● Task objective: Exactly the lines from the top of the records below through the one containing "boss_d = 38;" must be set down, with no line added or dropped.

● Data excerpts:
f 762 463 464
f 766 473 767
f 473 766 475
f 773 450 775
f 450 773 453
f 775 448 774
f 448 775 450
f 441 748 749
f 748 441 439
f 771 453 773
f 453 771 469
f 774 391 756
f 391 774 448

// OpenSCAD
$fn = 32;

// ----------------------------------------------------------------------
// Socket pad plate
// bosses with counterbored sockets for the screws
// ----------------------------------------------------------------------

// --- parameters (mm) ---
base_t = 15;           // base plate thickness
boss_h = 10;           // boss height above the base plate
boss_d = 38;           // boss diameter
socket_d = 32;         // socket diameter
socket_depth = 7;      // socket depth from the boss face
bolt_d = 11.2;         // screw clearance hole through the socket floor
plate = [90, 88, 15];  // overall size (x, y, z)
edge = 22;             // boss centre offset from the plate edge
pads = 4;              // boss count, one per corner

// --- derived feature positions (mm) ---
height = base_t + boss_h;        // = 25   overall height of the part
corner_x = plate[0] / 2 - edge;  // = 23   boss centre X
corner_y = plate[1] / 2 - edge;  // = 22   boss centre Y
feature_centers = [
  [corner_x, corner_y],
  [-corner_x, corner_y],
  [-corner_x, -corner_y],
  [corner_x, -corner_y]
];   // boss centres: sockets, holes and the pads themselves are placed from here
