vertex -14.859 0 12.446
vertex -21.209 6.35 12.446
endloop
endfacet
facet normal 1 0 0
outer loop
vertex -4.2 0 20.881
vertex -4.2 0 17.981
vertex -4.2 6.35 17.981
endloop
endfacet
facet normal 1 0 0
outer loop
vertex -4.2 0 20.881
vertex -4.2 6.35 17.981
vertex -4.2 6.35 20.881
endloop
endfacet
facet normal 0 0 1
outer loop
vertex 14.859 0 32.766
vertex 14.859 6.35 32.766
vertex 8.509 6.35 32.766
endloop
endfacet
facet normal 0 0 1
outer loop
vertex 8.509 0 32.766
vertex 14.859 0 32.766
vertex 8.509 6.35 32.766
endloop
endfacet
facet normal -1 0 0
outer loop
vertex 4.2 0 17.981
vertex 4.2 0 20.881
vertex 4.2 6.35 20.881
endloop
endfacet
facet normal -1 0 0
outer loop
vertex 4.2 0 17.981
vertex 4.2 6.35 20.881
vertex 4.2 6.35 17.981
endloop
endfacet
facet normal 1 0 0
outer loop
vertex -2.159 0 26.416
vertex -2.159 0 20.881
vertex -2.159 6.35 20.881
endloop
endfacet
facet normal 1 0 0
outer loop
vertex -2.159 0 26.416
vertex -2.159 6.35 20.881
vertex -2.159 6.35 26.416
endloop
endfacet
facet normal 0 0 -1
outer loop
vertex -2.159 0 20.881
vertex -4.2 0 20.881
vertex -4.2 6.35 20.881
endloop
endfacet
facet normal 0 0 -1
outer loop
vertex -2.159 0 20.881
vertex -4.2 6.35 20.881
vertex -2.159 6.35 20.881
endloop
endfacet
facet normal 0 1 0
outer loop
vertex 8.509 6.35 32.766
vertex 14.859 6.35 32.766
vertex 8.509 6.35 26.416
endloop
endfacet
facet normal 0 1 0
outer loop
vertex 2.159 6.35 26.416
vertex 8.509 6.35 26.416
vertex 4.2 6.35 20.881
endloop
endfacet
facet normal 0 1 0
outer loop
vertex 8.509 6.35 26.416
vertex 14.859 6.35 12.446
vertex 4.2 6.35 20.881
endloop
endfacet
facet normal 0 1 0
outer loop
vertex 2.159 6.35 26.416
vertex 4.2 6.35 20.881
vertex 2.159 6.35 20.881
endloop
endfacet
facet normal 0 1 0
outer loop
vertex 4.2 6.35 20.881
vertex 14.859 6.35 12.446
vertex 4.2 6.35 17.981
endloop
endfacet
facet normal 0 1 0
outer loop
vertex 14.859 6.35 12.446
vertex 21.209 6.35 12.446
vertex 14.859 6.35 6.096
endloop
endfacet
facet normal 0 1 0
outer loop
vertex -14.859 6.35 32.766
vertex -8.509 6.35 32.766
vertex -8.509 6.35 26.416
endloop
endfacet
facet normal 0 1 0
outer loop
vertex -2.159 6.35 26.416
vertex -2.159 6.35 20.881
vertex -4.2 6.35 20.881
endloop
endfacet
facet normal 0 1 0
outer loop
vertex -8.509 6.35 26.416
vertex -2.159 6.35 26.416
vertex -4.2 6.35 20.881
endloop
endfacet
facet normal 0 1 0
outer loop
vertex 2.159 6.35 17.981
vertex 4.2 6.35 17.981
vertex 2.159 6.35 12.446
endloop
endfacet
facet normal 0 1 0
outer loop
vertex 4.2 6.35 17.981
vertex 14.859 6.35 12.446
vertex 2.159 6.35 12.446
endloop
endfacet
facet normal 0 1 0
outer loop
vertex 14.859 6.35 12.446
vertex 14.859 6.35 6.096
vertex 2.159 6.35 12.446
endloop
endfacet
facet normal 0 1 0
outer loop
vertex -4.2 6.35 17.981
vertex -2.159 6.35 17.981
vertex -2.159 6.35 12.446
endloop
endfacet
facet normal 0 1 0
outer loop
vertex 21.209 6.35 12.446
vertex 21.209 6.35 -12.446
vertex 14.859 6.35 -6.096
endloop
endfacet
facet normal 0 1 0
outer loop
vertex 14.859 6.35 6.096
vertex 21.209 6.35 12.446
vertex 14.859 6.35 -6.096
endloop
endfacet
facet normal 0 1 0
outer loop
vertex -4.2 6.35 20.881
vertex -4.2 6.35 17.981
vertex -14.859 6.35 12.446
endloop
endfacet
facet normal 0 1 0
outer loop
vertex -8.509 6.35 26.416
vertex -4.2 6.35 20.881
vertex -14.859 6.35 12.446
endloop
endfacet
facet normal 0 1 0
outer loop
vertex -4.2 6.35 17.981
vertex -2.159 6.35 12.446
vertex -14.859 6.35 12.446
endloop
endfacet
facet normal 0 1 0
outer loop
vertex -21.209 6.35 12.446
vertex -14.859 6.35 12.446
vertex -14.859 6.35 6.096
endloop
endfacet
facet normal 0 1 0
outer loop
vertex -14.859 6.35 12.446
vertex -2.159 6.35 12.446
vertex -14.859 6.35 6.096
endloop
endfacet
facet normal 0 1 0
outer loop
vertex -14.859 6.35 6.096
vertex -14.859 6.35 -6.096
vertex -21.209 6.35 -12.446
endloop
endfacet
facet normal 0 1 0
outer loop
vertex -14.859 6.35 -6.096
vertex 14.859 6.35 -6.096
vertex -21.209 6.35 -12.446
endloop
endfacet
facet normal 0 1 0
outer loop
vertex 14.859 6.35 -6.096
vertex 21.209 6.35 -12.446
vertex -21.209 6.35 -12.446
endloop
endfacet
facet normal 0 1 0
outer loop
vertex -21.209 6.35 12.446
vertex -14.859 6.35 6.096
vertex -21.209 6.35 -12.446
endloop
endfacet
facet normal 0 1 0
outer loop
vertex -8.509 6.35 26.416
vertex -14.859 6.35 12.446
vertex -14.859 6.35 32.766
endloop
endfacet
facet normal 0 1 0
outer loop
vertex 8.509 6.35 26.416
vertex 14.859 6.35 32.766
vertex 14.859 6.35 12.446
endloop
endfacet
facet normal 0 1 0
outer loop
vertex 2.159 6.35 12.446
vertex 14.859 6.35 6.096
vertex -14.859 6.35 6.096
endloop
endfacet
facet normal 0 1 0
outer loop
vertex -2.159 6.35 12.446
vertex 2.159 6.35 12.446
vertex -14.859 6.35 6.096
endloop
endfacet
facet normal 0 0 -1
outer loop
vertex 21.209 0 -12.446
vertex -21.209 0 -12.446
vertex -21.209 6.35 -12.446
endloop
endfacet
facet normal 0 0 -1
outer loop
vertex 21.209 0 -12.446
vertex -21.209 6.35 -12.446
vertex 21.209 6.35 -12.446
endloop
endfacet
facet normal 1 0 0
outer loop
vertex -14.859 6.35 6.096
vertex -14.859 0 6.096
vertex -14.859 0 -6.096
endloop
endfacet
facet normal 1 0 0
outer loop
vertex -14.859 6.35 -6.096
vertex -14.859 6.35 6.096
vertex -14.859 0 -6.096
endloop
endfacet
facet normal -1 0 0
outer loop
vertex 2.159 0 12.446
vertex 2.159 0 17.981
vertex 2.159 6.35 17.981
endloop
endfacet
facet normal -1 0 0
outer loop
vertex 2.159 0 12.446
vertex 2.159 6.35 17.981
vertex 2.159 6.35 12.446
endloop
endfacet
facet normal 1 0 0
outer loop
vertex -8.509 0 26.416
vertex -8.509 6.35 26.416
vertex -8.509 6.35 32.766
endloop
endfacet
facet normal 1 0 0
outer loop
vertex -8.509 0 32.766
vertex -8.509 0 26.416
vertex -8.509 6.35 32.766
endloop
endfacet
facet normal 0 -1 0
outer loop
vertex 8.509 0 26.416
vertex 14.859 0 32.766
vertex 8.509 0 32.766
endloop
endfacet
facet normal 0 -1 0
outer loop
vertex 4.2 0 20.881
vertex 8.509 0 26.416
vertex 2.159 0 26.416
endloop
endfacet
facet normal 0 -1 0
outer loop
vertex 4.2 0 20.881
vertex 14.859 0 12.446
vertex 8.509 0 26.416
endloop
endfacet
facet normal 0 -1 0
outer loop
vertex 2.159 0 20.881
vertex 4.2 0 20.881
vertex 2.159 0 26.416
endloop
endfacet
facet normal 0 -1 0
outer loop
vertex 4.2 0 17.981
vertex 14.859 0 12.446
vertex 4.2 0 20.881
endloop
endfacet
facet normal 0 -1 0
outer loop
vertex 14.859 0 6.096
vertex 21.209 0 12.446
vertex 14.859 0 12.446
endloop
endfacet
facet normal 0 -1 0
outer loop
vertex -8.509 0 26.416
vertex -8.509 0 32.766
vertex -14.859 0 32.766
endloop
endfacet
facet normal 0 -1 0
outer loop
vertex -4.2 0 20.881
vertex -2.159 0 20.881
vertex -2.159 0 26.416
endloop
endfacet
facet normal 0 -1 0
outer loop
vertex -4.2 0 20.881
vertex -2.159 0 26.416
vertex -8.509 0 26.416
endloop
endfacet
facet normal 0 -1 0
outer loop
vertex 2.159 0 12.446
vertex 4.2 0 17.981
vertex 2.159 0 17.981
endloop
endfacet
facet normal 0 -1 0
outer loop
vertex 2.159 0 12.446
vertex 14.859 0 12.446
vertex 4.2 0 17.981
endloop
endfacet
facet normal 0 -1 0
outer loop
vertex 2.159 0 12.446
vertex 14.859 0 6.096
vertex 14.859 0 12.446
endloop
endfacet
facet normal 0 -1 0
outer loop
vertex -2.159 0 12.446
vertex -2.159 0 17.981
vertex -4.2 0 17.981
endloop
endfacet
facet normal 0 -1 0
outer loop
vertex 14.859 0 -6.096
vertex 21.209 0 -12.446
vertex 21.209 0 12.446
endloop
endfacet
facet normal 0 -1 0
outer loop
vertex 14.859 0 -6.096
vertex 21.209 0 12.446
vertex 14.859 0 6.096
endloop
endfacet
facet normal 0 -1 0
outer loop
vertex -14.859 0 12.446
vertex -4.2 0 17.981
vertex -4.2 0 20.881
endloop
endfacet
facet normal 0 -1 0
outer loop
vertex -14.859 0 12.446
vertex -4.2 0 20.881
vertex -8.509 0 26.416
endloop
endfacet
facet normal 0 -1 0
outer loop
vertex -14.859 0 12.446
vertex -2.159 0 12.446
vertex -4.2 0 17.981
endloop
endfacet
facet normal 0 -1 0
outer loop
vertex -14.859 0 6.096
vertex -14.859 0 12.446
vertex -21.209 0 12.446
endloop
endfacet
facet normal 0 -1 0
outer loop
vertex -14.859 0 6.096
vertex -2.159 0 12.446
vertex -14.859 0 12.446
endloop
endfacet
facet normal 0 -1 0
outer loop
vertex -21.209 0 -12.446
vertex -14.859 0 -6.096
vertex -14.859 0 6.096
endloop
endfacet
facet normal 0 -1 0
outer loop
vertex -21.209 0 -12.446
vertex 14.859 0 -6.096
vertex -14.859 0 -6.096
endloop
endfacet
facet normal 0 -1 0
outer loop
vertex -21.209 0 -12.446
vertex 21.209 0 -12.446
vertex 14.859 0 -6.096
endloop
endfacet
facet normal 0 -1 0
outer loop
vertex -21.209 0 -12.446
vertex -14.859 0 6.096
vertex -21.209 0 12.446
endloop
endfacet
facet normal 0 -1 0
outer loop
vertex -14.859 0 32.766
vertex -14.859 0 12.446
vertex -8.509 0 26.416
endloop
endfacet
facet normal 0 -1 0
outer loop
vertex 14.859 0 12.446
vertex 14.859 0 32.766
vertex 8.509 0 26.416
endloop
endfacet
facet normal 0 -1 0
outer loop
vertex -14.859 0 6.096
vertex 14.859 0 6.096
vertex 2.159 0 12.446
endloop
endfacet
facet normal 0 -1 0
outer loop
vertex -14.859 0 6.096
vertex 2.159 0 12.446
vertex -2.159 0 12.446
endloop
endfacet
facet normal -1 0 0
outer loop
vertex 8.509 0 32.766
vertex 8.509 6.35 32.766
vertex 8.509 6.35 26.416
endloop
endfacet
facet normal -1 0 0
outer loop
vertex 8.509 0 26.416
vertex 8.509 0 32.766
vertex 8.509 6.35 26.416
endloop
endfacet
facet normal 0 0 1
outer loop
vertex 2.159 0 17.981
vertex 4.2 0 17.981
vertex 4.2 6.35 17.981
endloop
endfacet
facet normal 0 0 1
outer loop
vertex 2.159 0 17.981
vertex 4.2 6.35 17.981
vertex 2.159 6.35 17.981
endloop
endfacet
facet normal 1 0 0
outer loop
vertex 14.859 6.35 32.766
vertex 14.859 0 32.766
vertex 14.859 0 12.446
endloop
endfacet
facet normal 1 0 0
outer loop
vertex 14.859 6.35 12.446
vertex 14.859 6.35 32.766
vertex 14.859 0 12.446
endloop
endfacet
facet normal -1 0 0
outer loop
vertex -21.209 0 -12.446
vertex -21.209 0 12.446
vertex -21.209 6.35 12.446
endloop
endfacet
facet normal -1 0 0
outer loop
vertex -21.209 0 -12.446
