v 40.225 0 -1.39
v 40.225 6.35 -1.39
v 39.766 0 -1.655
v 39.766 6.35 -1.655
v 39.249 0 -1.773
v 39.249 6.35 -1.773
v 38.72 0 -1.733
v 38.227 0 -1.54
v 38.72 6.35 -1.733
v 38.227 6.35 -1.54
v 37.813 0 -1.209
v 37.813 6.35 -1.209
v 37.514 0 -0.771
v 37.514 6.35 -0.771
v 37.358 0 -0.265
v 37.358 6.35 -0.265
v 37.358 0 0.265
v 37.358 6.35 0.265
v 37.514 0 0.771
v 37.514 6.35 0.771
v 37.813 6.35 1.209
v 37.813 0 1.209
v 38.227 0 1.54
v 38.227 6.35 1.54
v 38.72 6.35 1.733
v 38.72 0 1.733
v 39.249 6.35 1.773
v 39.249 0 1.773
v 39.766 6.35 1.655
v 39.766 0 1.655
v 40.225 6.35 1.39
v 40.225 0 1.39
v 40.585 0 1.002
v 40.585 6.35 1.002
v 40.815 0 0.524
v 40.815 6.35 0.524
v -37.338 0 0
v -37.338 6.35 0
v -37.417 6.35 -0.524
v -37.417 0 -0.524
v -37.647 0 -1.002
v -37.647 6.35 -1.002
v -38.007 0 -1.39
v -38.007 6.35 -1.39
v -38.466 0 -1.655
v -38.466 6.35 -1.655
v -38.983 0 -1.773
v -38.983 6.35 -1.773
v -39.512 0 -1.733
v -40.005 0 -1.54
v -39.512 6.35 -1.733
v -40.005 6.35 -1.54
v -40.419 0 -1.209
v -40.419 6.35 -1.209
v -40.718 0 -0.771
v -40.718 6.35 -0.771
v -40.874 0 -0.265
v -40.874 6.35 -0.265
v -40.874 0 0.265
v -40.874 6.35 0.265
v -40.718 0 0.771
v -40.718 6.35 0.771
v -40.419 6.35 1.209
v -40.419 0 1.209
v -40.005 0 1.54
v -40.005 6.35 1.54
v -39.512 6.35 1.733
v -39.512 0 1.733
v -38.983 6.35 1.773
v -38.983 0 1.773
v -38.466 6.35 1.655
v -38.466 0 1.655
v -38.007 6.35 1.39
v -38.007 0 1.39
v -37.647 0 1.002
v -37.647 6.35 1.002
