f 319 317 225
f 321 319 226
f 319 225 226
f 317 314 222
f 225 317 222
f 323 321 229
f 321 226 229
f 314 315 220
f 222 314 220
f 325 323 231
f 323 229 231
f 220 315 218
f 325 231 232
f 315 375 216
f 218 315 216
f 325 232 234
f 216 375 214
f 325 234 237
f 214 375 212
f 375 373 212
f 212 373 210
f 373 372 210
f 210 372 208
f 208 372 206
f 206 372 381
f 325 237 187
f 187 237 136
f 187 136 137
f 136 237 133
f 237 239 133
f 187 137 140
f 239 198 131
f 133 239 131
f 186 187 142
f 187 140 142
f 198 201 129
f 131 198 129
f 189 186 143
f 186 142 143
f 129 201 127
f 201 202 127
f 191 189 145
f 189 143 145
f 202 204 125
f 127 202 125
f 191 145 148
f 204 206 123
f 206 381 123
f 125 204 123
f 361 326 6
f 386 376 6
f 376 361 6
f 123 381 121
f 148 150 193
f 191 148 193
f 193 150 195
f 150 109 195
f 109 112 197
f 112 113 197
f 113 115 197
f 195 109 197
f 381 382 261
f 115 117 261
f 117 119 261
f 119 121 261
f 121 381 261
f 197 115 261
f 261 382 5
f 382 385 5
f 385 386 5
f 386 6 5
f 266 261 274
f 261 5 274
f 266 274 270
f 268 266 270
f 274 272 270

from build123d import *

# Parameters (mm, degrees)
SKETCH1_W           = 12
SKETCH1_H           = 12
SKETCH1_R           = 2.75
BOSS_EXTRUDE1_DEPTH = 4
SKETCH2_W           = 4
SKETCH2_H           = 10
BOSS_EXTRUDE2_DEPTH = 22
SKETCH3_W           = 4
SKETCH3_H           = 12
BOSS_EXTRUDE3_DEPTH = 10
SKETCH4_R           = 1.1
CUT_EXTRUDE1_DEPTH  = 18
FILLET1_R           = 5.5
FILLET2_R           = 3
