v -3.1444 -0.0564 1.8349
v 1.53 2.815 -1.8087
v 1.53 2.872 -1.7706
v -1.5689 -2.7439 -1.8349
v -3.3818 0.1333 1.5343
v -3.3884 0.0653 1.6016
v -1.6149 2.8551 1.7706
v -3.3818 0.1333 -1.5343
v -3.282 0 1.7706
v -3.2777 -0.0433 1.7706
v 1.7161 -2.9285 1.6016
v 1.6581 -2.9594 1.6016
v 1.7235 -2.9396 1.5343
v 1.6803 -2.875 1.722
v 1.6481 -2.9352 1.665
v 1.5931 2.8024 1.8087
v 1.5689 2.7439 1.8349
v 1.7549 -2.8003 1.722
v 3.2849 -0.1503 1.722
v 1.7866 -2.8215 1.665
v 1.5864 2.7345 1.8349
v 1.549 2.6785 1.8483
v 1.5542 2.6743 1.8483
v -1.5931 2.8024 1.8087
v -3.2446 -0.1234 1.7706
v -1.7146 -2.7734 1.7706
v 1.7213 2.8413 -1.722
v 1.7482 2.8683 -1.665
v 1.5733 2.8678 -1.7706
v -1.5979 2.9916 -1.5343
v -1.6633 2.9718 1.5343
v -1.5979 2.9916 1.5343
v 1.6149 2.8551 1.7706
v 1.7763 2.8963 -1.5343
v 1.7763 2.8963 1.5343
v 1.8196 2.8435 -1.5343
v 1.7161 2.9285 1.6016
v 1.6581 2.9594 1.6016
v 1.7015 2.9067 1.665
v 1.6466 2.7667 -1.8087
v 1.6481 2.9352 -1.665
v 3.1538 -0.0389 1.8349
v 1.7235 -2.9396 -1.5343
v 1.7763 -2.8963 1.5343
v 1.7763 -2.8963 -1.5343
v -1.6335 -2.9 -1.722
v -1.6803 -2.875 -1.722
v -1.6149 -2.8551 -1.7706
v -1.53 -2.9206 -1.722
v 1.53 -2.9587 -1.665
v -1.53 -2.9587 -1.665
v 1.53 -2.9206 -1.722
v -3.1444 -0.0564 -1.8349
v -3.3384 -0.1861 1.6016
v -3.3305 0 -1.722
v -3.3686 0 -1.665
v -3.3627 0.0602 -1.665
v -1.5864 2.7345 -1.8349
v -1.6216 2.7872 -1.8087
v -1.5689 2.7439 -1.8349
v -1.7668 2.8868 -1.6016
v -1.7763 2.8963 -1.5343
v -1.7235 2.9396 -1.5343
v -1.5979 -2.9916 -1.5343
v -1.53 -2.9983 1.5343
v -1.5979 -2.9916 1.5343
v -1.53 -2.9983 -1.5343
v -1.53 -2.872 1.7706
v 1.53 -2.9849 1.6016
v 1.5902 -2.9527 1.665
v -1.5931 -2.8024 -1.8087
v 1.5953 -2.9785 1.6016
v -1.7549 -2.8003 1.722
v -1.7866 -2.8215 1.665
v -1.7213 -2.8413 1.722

● Written response:
f 762 463 464
f 766 473 767
f 473 766 475
f 773 450 775
f 450 773 453
f 775 448 774
f 448 775 450
f 441 748 749
f 748 441 439
f 771 453 773
f 453 771 469
f 774 391 756
f 391 774 448

// OpenSCAD
$fn = 32;

// ----------------------------------------------------------------------
// Socket pad plate
// bosses with counterbored sockets for the screws
// ----------------------------------------------------------------------

// --- parameters (mm) ---
base_t = 15;           // base plate thickness
boss_h = 10;           // boss height above the base plate
boss_d = 38;           // boss diameter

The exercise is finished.